STAT 560 / CS&SS 560

Hierarchical Modeling for the Social Sciences

Elena Erosheva
C 14-C Padelford Hall
(206) 685-0166
elena@stat.washington.edu

Preliminaries

  • Quarter: Winter 2005
  • Class times: TTh 9:30 - 11:20
  • Place: PAR 206 (except during computer practice sessions on Th: SAV 137)
  • Office hours: Th 1:00-2:00, or by appointment
  • Web: follow the course link from my homepage at http://www.stat.washington.edu/elena 

Course description

A great deal of data analyzed by social scientists are organized according to some sort of clustered or hierarchical structure. This course will focus on methodology for the analysis of data with complex patterns of variability such as those arising from longitudinal and nested designs: e.g., measurements on subjects over time, or records on students within classes within schools. The goal of this course is to provide students with knowledge and confidence to use hierarchical modeling in their discipline through understanding of statistical theory behind hierarchical models set up and estimation. We will spend a fair amount of time during the quarter through the underlying mathematics of hierarchical models. Nonetheless, the main emphasis of the class will be on applications. 

Prerequisites

It is assumed that the students have completed a statistical sequence (such as SOC 424-426), and a regression or an applied regression course (such as CS&SS 504). It is also recommended that the students have some familiarity with basic calculus (differentiation and integration), matrix algebra (matrix addition, multiplication, and inversion), and probability theory. Some familiarity with computing packages SAS and S-Plus or R would be helpful as well.

Computing

We will use R/S-plus software for creating plots and for exploratory data analysis. We will mostly use SAS Proc Mixed for fitting the models.


Course materials

Required text:

  • Multilevel Analysis: An Introduction to Basic and Advanced Multilevel Modeling (1999), Roel J. Bosker and Tom A. B. Snijders. 
  • SAS System for Mixed Models (1996) Ramon C. Littell, George A. Milliken, Walter W. Stroup, Russell Wolfinger.

Optional text:

  • SAS for Linear Models (2002) Ramon C. Littell, Walter W. Stroup, Rudolf J. Freund.
  •  Analysis of Longitudinal Data (2002) Peter Diggle (Editor), Patrick Heagerty, Kung-Yee Liang, Scott Zeger. 
  • Linear Mixed Models for Longitudinal Data (2000) Geert Verbeke, G. Molenberghs, P. Bickel (Editor), P. Diggle (Editor).
  • Mixed Effects Models in S and S-Plus (2000) Jose C. Pinheiro, Douglas M. Bates.
  • Hierarchical Linear Models: Applications and Data Analysis Methods (2002) Stephen W. Raudenbush and Anthony S. Bryk.
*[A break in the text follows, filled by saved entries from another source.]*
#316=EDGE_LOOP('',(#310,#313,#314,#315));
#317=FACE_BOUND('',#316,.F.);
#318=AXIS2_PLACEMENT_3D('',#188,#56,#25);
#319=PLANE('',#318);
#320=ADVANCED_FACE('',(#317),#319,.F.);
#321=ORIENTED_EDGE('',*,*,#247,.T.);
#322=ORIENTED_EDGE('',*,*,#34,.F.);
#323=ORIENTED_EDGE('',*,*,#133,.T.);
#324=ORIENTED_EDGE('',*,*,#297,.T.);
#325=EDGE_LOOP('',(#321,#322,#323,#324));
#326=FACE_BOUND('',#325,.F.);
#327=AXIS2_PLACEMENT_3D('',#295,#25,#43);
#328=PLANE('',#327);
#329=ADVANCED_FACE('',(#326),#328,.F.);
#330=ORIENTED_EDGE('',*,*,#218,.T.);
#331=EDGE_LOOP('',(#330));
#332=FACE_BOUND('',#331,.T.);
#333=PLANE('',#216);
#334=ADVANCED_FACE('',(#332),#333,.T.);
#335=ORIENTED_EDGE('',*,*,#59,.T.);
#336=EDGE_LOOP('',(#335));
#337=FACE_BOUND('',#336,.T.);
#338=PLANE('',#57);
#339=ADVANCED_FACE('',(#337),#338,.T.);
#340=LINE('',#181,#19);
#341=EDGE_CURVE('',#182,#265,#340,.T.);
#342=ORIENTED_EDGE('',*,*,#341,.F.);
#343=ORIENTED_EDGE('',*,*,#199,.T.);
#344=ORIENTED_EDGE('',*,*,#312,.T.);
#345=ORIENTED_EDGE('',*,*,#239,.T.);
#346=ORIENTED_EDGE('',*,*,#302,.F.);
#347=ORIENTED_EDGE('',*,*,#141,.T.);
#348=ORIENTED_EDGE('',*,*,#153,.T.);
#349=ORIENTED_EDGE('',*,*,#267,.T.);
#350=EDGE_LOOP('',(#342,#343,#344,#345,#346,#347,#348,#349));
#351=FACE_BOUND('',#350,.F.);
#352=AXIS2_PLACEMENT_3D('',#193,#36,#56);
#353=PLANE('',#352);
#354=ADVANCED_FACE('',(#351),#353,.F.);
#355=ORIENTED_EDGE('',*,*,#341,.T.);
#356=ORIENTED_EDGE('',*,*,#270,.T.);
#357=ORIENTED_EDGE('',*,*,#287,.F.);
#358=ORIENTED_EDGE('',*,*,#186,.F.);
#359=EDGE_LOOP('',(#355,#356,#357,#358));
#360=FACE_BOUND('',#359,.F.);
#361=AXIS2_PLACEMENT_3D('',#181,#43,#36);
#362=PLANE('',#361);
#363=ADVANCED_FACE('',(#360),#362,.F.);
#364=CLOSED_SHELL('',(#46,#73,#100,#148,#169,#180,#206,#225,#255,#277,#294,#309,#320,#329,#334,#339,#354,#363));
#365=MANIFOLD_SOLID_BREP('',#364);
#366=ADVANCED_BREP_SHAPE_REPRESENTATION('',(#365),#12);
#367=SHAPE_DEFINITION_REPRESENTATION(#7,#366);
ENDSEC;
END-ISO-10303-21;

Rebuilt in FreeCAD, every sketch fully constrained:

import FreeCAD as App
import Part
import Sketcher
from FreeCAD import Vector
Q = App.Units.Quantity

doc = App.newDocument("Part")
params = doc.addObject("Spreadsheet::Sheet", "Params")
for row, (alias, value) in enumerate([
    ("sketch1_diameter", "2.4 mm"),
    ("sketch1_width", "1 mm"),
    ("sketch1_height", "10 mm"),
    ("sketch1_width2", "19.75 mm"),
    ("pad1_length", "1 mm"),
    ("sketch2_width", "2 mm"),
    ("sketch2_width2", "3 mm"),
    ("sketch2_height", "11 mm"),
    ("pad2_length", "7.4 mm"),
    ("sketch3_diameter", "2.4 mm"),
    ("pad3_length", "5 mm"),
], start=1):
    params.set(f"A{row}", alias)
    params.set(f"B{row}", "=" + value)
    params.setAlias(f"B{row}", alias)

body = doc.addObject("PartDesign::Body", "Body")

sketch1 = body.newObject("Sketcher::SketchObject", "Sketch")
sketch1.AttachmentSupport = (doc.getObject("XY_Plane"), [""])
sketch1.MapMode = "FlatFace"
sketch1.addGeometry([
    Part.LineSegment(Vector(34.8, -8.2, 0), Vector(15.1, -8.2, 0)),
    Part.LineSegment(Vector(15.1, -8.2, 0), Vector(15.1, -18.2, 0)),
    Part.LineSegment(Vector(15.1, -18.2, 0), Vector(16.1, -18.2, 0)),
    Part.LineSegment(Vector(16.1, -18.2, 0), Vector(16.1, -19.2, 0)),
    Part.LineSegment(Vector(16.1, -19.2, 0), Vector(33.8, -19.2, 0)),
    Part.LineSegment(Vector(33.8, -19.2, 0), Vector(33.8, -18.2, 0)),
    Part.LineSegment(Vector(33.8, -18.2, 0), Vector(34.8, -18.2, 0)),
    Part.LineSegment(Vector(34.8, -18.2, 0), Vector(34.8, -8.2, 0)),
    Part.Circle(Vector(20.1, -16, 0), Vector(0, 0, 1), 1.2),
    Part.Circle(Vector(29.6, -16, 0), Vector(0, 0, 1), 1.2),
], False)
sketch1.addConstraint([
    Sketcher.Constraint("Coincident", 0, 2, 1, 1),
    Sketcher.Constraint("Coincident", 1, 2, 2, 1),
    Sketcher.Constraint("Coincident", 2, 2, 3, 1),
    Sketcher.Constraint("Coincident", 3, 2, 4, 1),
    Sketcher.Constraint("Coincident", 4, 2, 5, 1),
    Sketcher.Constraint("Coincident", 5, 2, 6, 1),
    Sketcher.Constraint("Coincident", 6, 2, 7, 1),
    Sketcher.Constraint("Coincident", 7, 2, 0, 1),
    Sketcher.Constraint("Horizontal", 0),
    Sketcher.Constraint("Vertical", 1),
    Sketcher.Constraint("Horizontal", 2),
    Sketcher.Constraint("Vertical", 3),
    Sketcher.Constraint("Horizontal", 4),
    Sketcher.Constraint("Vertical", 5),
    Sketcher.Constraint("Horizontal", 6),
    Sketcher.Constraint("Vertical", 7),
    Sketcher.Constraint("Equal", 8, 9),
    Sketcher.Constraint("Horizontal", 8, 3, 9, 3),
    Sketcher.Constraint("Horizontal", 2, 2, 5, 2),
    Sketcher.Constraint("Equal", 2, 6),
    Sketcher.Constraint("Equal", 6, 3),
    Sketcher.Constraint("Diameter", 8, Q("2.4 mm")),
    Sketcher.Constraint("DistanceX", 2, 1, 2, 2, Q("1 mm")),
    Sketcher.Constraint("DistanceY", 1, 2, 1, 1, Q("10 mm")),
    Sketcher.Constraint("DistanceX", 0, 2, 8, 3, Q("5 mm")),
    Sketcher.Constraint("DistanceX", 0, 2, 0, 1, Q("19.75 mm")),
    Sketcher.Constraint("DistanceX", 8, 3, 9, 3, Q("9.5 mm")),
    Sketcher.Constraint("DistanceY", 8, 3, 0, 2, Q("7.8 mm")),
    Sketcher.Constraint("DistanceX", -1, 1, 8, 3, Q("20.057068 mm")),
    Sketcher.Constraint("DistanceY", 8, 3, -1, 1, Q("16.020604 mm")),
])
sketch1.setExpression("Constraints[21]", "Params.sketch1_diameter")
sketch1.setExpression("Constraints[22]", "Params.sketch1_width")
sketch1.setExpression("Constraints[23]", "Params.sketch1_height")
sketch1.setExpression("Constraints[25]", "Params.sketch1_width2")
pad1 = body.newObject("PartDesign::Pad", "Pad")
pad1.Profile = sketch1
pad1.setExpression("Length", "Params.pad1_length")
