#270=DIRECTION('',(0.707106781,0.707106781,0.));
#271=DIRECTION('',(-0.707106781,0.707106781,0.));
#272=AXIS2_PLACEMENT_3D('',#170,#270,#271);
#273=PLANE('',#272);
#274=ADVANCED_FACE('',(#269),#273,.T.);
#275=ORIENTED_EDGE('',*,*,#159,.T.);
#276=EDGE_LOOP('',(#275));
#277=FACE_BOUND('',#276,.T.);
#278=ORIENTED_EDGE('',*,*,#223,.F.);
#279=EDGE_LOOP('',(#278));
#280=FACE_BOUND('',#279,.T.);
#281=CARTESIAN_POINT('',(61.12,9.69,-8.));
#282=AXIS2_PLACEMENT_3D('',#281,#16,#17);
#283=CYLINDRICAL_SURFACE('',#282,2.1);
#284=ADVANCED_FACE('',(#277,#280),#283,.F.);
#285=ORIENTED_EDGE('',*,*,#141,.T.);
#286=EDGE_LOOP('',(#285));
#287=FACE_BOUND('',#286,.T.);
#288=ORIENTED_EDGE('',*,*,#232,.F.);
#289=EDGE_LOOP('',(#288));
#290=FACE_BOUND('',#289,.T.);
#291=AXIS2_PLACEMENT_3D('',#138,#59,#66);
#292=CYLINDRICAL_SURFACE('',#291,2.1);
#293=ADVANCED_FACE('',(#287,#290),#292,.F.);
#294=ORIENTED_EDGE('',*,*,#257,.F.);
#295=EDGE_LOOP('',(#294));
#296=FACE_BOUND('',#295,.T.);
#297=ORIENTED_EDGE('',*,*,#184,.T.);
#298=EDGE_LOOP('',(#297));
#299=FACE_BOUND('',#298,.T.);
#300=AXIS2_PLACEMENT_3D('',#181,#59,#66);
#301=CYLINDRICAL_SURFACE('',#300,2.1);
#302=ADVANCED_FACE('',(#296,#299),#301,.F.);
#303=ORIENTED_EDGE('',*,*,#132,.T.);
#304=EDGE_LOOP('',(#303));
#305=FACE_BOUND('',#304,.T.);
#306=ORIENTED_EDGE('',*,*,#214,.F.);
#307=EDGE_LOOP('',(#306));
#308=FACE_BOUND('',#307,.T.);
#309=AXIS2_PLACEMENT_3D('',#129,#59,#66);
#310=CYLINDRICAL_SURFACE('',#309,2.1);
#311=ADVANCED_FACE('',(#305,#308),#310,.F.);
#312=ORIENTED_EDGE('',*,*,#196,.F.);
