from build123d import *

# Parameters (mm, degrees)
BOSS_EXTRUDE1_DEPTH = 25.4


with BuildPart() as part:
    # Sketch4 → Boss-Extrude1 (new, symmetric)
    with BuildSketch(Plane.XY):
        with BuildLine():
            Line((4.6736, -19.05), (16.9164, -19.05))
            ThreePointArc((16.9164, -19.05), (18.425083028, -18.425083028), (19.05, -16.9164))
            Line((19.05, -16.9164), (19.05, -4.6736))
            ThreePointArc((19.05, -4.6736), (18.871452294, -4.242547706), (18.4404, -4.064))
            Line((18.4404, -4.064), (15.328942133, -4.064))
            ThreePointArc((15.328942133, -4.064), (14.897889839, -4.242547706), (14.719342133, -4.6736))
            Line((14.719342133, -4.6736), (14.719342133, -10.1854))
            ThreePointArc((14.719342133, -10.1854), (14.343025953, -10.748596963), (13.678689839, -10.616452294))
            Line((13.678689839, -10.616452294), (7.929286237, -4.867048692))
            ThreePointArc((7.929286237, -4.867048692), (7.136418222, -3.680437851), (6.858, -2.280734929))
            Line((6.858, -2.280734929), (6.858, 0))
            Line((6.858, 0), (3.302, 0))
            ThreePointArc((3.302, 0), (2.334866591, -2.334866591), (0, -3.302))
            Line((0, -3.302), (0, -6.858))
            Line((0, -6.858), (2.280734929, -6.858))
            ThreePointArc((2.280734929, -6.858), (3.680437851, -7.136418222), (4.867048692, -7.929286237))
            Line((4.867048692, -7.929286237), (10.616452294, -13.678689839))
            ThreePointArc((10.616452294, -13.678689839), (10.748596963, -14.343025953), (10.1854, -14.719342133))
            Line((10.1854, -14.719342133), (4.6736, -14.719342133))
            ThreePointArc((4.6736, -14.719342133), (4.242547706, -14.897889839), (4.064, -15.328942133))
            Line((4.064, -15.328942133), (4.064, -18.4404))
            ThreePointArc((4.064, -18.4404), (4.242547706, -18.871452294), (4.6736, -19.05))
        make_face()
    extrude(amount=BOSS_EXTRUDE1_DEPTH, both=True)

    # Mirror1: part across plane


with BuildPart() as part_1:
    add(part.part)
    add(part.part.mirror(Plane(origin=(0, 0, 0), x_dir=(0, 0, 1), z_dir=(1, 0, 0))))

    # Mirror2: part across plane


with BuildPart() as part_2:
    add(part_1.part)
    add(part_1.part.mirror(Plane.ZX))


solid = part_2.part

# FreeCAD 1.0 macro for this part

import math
import FreeCAD as App
import Part
import Sketcher
Q = App.Units.Quantity

doc = App.newDocument("Part")
body = doc.addObject("PartDesign::Body", "Body")

sketch1 = body.newObject("Sketcher::SketchObject", "Sketch")
sketch1.AttachmentSupport = (doc.getObject("XY_Plane"), [""])
sketch1.MapMode = "FlatFace"
sketch1.addGeometry([
    Part.LineSegment(App.Vector(4.7, -19.1, 0), App.Vector(16.9, -19.1, 0)),
    Part.ArcOfCircle(Part.Circle(App.Vector(16.9, -16.9, 0), App.Vector(0, 0, 1), 2.1), math.radians(-90), math.radians(0)),
    Part.LineSegment(App.Vector(19.1, -16.9, 0), App.Vector(19.1, -4.7, 0)),
    Part.ArcOfCircle(Part.Circle(App.Vector(18.4, -4.7, 0), App.Vector(0, 0, 1), 0.6), math.radians(0), math.radians(90)),
    Part.LineSegment(App.Vector(18.4, -4.1, 0), App.Vector(15.3, -4.1, 0)),
    Part.ArcOfCircle(Part.Circle(App.Vector(15.3, -4.7, 0), App.Vector(0, 0, 1), 0.6), math.radians(90), math.radians(180)),
    Part.LineSegment(App.Vector(14.7, -4.7, 0), App.Vector(14.7, -10.2, 0)),
    Part.ArcOfCircle(Part.Circle(App.Vector(14.1, -10.2, 0), App.Vector(0, 0, 1), 0.6), math.radians(-135), math.radians(0)),
    Part.LineSegment(App.Vector(13.7, -10.6, 0), App.Vector(7.9, -4.9, 0)),
    Part.ArcOfCircle(Part.Circle(App.Vector(10.5, -2.3, 0), App.Vector(0, 0, 1), 3.7), math.radians(-180), math.radians(-135)),
    Part.LineSegment(App.Vector(6.9, -2.3, 0), App.Vector(6.9, 0, 0)),
    Part.LineSegment(App.Vector(6.9, 0, 0), App.Vector(3.3, 0, 0)),
    Part.ArcOfCircle(Part.Circle(App.Vector(0, 0, 0), App.Vector(0, 0, 1), 3.3), math.radians(-90), math.radians(0)),
    Part.LineSegment(App.Vector(0, -3.3, 0), App.Vector(0, -6.9, 0)),
    Part.LineSegment(App.Vector(0, -6.9, 0), App.Vector(2.3, -6.9, 0)),
    Part.ArcOfCircle(Part.Circle(App.Vector(2.3, -10.5, 0), App.Vector(0, 0, 1), 3.7), math.radians(45), math.radians(90)),
    Part.LineSegment(App.Vector(4.9, -7.9, 0), App.Vector(10.6, -13.7, 0)),
    Part.ArcOfCircle(Part.Circle(App.Vector(10.2, -14.1, 0), App.Vector(0, 0, 1), 0.6), math.radians(-90), math.radians(45)),
    Part.LineSegment(App.Vector(10.2, -14.7, 0), App.Vector(4.7, -14.7, 0)),
    Part.ArcOfCircle(Part.Circle(App.Vector(4.7, -15.3, 0), App.Vector(0, 0, 1), 0.6), math.radians(90), math.radians(180)),
    Part.LineSegment(App.Vector(4.1, -15.3, 0), App.Vector(4.1, -18.4, 0)),
    Part.ArcOfCircle(Part.Circle(App.Vector(4.7, -18.4, 0), App.Vector(0, 0, 1), 0.6), math.radians(180), math.radians(270)),
], False)
sketch1.addConstraint([
    Sketcher.Constraint("Tangent", 0, 2, 1, 1),
    Sketcher.Constraint("Tangent", 1, 2, 2, 1),
    Sketcher.Constraint("Tangent", 2, 2, 3, 1),
    Sketcher.Constraint("Tangent", 3, 2, 4, 1),
    Sketcher.Constraint("Tangent", 4, 2, 5, 1),
    Sketcher.Constraint("Tangent", 5, 2, 6, 1),
    Sketcher.Constraint("Tangent", 6, 2, 7, 2),
    Sketcher.Constraint("Tangent", 7, 1, 8, 1),
    Sketcher.Constraint("Tangent", 8, 2, 9, 2),
    Sketcher.Constraint("Tangent", 9, 1, 10, 1),
    Sketcher.Constraint("Coincident", 10, 2, 11, 1),
    Sketcher.Constraint("Coincident", 11, 2, 12, 2),
    Sketcher.Constraint("Coincident", 12, 1, 13, 1),
    Sketcher.Constraint("Coincident", 13, 2, 14, 1),
    Sketcher.Constraint("Tangent", 14, 2, 15, 2),
    Sketcher.Constraint("Tangent", 15, 1, 16, 1),
    Sketcher.Constraint("Tangent", 16, 2, 17, 2),
    Sketcher.Constraint("Tangent", 17, 1, 18, 1),
    Sketcher.Constraint("Tangent", 18, 2, 19, 1),
    Sketcher.Constraint("Tangent", 19, 2, 20, 1),
    Sketcher.Constraint("Tangent", 20, 2, 21, 1),
    Sketcher.Constraint("Tangent", 21, 2, 0, 1),
    Sketcher.Constraint("Horizontal", 0),
    Sketcher.Constraint("Vertical", 2),
    Sketcher.Constraint("Horizontal", 4),
    Sketcher.Constraint("Vertical", 6),
    Sketcher.Constraint("Vertical", 10),
    Sketcher.Constraint("Horizontal", 11),
    Sketcher.Constraint("Vertical", 13),
    Sketcher.Constraint("Horizontal", 14),
    Sketcher.Constraint("Horizontal", 18),
    Sketcher.Constraint("Vertical", 20),
    Sketcher.Constraint("Coincident", 12, 3, -1, 1),
    Sketcher.Constraint("Equal", 3, 5),
    Sketcher.Constraint("Equal", 5, 7),
    Sketcher.Constraint("Equal", 9, 15),
    Sketcher.Constraint("Equal", 7, 17),
    Sketcher.Constraint("Equal", 17, 19),
    Sketcher.Constraint("Equal", 19, 21),
    Sketcher.Constraint("PointOnObject", 10, 2, -1),
    Sketcher.Constraint("PointOnObject", 12, 1, -2),
    Sketcher.Constraint("Parallel", 8, 16),
    Sketcher.Constraint("Equal", 0, 2),
    Sketcher.Constraint("Equal", 18, 6),
    Sketcher.Constraint("Equal", 14, 10),
    Sketcher.Constraint("Equal", 11, 13),
    Sketcher.Constraint("Equal", 4, 20),
    Sketcher.Constraint("Equal", 8, 16),
    Sketcher.Constraint("Radius", 12, Q("0.13 in")),
    Sketcher.Constraint("Radius", 1, Q("0.084 in")),
    Sketcher.Constraint("Radius", 3, Q("0.024 in")),
    Sketcher.Constraint("Radius", 9, Q("0.144 in")),
    Sketcher.Constraint("DistanceX", 11, 2, 11, 1, Q("0.14 in")),
    Sketcher.Constraint("DistanceX", 0, 1, 0, 2, Q("0.482 in")),
    Sketcher.Constraint("DistanceX", 18, 2, 18, 1, Q("0.217 in")),
    Sketcher.Constraint("DistanceY", 0, 2, -1, 1, Q("0.75 in")),
    Sketcher.Constraint("DistanceX", 4, 2, 4, 1, Q("3.111458 mm")),
])
pad1 = body.newObject("PartDesign::Pad", "Pad")
pad1.Profile = sketch1
pad1.Length = Q("2 in")
pad1.Midplane = True
body2 = doc.addObject("PartDesign::Body", "Body001")
doc.recompute()

body2.BaseFeature = body
doc.recompute()

mirroring = doc.addObject("Part::Mirroring", "Mirroring")
mirroring.Source = body
mirroring.Base = App.Vector(0, 0, 0)
mirroring.Normal = App.Vector(1, 0, 0)
body3 = doc.addObject("PartDesign::Body", "Body002")
body3.BaseFeature = mirroring
boolean = body2.newObject("PartDesign::Boolean", "Boolean")
boolean.Type = "Fuse"
boolean.addObjects([body3])
doc.recompute()
body4 = doc.addObject("PartDesign::Body", "Body003")
doc.recompute()

body4.BaseFeature = body2
doc.recompute()

mirroring2 = doc.addObject("Part::Mirroring", "Mirroring001")
mirroring2.Source = body2
mirroring2.Base = App.Vector(0, 0, 0)
mirroring2.Normal = App.Vector(0, 1, 0)
body5 = doc.addObject("PartDesign::Body", "Body004")
body5.BaseFeature = mirroring2
boolean2 = body4.newObject("PartDesign::Boolean", "Boolean001")
boolean2.Type = "Fuse"
boolean2.addObjects([body5])
doc.recompute()
mirroring.Visibility = False
mirroring2.Visibility = False

doc.recompute()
Homework assignments and grades

  • Final grades for this course will be based on homework assignments and a take-home final exam. The final exam will be worth up to two homeworks.
  • I encourage you to work on the homework assignments with each other in small groups. However, each student is required to prepare and submit their own solutions and write-up. Homework will be assigned about every one to two weeks. Homework assignments that are not handed in on time will receive zero points (except in case of documented emergency).
  • Please type up your homework assignments using a text editor. Unless specifically requested, never submit raw computer output pages. Instead, cut out the appropriate parts of the output and neatly tape it onto your homework paper (or better yet, insert appropriate parts of the output into your write-up). Please label all output, plots, variables, etc., appropriately. 
  • The final exam will be a take-home cumulative exam.

Students with Disabilities: If you would like to request academic accommodations due to a disability, please contact Disabled Student Services, 448 Schmitz, 543-8924 (V/TTY).  If you have a letter from Disabled Student Services indicating you have a disability that requires academic accommodations, please present the letter to me so we can discuss the accommodations you might need for this class.